_Task requirements:_ From the data below, set down exactly the lines between the one holding "v 9.704 -4.891 38.903" and the one holding "v 14.878 -1.781 38.189", inclusive, and no others.

----------------

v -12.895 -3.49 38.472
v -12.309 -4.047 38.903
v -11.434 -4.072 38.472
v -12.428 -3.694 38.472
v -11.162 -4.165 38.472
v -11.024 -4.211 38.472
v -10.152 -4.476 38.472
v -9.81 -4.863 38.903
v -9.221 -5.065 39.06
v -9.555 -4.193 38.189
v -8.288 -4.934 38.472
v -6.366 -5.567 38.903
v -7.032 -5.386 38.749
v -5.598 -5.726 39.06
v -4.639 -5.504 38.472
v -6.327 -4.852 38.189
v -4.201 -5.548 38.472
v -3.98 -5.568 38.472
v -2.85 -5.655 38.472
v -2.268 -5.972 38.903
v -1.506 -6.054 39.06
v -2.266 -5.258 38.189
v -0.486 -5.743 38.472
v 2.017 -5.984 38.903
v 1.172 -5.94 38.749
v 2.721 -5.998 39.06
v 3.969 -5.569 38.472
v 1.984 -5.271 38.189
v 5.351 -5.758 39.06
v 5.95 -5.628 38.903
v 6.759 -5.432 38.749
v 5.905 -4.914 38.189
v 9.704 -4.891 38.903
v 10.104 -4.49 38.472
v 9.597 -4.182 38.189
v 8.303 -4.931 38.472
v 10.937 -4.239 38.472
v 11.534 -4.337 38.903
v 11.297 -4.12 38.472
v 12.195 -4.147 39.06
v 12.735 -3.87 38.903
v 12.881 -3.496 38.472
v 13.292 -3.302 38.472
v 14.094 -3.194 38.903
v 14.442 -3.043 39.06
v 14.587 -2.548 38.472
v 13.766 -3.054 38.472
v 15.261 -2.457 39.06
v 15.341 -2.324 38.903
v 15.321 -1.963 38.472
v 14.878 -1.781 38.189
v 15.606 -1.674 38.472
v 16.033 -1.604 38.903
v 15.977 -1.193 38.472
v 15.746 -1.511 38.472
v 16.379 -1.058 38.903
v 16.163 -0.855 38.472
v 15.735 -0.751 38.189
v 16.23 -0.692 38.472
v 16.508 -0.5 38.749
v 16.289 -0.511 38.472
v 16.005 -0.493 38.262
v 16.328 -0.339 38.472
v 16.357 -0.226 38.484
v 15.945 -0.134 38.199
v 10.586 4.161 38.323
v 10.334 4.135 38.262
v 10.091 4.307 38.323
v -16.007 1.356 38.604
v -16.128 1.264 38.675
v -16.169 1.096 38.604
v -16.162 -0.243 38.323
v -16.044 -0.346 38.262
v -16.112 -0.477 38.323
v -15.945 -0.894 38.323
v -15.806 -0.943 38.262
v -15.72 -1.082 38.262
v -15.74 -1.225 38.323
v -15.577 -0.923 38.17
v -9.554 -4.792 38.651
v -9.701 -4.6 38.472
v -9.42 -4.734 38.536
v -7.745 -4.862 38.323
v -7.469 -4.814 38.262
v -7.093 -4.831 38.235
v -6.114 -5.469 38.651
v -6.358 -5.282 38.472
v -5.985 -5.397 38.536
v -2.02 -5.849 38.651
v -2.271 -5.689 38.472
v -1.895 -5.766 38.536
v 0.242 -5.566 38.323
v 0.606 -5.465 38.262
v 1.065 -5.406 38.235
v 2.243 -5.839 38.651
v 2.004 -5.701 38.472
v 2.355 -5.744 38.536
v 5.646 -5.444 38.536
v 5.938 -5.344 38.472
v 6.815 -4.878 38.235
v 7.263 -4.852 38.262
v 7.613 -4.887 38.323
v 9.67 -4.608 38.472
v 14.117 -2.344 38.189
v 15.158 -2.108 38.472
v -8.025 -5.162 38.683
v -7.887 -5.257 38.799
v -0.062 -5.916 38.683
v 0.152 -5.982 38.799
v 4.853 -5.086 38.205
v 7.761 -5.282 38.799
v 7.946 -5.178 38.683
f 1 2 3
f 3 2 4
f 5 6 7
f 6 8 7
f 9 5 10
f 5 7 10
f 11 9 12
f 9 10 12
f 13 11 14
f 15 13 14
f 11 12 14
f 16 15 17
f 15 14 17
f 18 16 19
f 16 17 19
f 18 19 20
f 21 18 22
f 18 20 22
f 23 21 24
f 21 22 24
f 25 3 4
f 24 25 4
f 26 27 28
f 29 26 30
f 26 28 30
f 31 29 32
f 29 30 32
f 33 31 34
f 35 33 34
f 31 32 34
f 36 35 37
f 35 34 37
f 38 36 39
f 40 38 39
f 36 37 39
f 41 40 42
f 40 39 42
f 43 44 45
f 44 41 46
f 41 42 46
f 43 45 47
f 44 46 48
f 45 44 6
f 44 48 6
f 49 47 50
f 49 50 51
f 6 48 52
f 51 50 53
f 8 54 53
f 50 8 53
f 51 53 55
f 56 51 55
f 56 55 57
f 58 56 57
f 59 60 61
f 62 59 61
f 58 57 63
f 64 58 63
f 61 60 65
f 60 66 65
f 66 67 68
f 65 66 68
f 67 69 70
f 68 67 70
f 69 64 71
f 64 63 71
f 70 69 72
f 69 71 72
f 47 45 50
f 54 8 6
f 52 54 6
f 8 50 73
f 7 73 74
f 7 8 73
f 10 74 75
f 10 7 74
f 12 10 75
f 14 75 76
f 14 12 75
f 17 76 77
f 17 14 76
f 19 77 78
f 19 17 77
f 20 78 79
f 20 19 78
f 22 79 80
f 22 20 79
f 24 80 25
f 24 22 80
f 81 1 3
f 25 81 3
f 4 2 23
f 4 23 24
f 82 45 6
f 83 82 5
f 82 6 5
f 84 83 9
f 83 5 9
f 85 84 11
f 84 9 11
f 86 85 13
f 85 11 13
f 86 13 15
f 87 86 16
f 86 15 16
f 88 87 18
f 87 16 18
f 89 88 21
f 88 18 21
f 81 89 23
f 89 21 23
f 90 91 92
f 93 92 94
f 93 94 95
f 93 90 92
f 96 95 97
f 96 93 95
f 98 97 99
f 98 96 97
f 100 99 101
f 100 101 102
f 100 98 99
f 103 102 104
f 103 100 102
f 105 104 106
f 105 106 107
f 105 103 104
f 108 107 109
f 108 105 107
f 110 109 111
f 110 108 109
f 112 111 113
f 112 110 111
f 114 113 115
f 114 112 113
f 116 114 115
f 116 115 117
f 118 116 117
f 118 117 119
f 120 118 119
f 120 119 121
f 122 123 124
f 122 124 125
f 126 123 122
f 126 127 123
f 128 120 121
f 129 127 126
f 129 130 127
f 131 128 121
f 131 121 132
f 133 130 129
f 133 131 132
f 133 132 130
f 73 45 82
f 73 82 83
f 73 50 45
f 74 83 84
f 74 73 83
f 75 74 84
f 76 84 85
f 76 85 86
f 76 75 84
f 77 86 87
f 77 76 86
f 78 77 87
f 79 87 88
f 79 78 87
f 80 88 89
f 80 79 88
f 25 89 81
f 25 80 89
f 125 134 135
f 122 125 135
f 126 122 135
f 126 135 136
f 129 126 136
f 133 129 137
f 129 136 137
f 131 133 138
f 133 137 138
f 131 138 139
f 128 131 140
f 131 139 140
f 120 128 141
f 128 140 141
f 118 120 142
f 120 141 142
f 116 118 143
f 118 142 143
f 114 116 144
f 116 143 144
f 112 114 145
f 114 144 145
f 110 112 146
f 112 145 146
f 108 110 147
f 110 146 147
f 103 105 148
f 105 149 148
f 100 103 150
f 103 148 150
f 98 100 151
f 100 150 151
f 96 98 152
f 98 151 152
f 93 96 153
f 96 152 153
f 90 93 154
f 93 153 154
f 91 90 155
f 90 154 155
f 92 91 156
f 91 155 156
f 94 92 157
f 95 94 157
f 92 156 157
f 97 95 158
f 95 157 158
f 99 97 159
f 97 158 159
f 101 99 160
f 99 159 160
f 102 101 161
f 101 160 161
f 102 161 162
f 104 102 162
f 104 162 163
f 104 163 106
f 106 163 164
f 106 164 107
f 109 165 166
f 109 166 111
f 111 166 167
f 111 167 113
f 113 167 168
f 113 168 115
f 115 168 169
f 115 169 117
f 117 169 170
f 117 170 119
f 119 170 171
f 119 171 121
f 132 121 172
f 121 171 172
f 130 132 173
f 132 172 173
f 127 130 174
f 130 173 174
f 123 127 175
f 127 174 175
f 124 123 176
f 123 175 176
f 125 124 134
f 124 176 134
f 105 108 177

----------------

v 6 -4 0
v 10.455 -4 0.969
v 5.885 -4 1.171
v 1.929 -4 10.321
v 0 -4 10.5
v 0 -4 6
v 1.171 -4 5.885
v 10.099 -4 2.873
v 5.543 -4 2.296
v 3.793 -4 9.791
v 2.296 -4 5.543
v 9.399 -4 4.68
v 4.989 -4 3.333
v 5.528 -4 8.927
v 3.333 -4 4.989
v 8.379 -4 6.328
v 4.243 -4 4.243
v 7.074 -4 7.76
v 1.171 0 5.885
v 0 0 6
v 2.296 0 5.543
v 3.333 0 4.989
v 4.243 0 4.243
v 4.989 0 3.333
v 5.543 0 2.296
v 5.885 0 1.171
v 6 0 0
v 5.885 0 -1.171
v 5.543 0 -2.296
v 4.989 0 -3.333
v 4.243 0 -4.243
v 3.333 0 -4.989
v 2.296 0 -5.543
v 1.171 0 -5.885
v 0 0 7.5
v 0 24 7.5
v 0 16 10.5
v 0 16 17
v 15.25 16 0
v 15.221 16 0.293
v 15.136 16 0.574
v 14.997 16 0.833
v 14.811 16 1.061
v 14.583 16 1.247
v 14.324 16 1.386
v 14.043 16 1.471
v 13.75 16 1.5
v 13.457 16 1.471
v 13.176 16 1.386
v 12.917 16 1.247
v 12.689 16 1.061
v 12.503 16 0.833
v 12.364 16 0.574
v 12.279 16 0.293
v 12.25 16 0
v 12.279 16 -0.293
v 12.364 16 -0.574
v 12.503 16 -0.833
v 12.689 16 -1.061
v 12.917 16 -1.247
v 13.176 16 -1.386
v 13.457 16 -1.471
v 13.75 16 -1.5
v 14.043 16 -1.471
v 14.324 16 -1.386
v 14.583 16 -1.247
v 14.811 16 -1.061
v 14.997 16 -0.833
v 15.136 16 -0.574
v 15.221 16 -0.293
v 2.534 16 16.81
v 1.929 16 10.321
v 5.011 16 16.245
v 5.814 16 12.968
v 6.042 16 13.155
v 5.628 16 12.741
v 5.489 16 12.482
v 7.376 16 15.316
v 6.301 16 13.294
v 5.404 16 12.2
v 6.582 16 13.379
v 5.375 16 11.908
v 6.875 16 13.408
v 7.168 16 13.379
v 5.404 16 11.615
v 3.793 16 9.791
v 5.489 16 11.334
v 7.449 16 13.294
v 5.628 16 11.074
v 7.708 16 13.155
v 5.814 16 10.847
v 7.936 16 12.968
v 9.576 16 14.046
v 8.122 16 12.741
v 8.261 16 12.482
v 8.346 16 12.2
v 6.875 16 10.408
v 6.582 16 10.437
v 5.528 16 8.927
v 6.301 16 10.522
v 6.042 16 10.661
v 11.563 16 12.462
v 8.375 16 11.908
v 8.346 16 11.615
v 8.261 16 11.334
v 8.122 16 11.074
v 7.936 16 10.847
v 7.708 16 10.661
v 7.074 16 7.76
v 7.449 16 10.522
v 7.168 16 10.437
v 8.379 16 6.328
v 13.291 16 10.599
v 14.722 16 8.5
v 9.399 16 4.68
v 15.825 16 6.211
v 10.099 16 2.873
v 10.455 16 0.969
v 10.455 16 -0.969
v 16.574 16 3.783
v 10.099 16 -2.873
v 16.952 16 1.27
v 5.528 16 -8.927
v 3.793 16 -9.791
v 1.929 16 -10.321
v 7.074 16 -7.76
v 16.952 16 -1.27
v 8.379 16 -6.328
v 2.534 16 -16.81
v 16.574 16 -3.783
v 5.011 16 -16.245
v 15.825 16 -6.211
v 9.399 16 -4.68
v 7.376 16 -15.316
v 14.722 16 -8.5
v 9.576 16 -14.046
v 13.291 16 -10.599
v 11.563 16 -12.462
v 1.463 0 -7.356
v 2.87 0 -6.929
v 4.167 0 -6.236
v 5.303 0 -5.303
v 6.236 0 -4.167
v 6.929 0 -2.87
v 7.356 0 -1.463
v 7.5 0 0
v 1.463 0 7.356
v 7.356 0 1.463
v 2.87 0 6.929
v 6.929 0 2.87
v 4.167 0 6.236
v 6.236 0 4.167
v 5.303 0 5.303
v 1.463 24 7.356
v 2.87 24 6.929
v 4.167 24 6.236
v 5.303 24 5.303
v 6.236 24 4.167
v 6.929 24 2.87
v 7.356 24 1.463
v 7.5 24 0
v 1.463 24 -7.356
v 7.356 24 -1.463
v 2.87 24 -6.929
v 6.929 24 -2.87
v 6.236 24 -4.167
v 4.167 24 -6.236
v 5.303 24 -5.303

----------------

_Result of the exercise:_
v 9.704 -4.891 38.903
v 10.104 -4.49 38.472
v 9.597 -4.182 38.189
v 8.303 -4.931 38.472
v 10.937 -4.239 38.472
v 11.534 -4.337 38.903
v 11.297 -4.12 38.472
v 12.195 -4.147 39.06
v 12.735 -3.87 38.903
v 12.881 -3.496 38.472
v 13.292 -3.302 38.472
v 14.094 -3.194 38.903
v 14.442 -3.043 39.06
v 14.587 -2.548 38.472
v 13.766 -3.054 38.472
v 15.261 -2.457 39.06
v 15.341 -2.324 38.903
v 15.321 -1.963 38.472
v 14.878 -1.781 38.189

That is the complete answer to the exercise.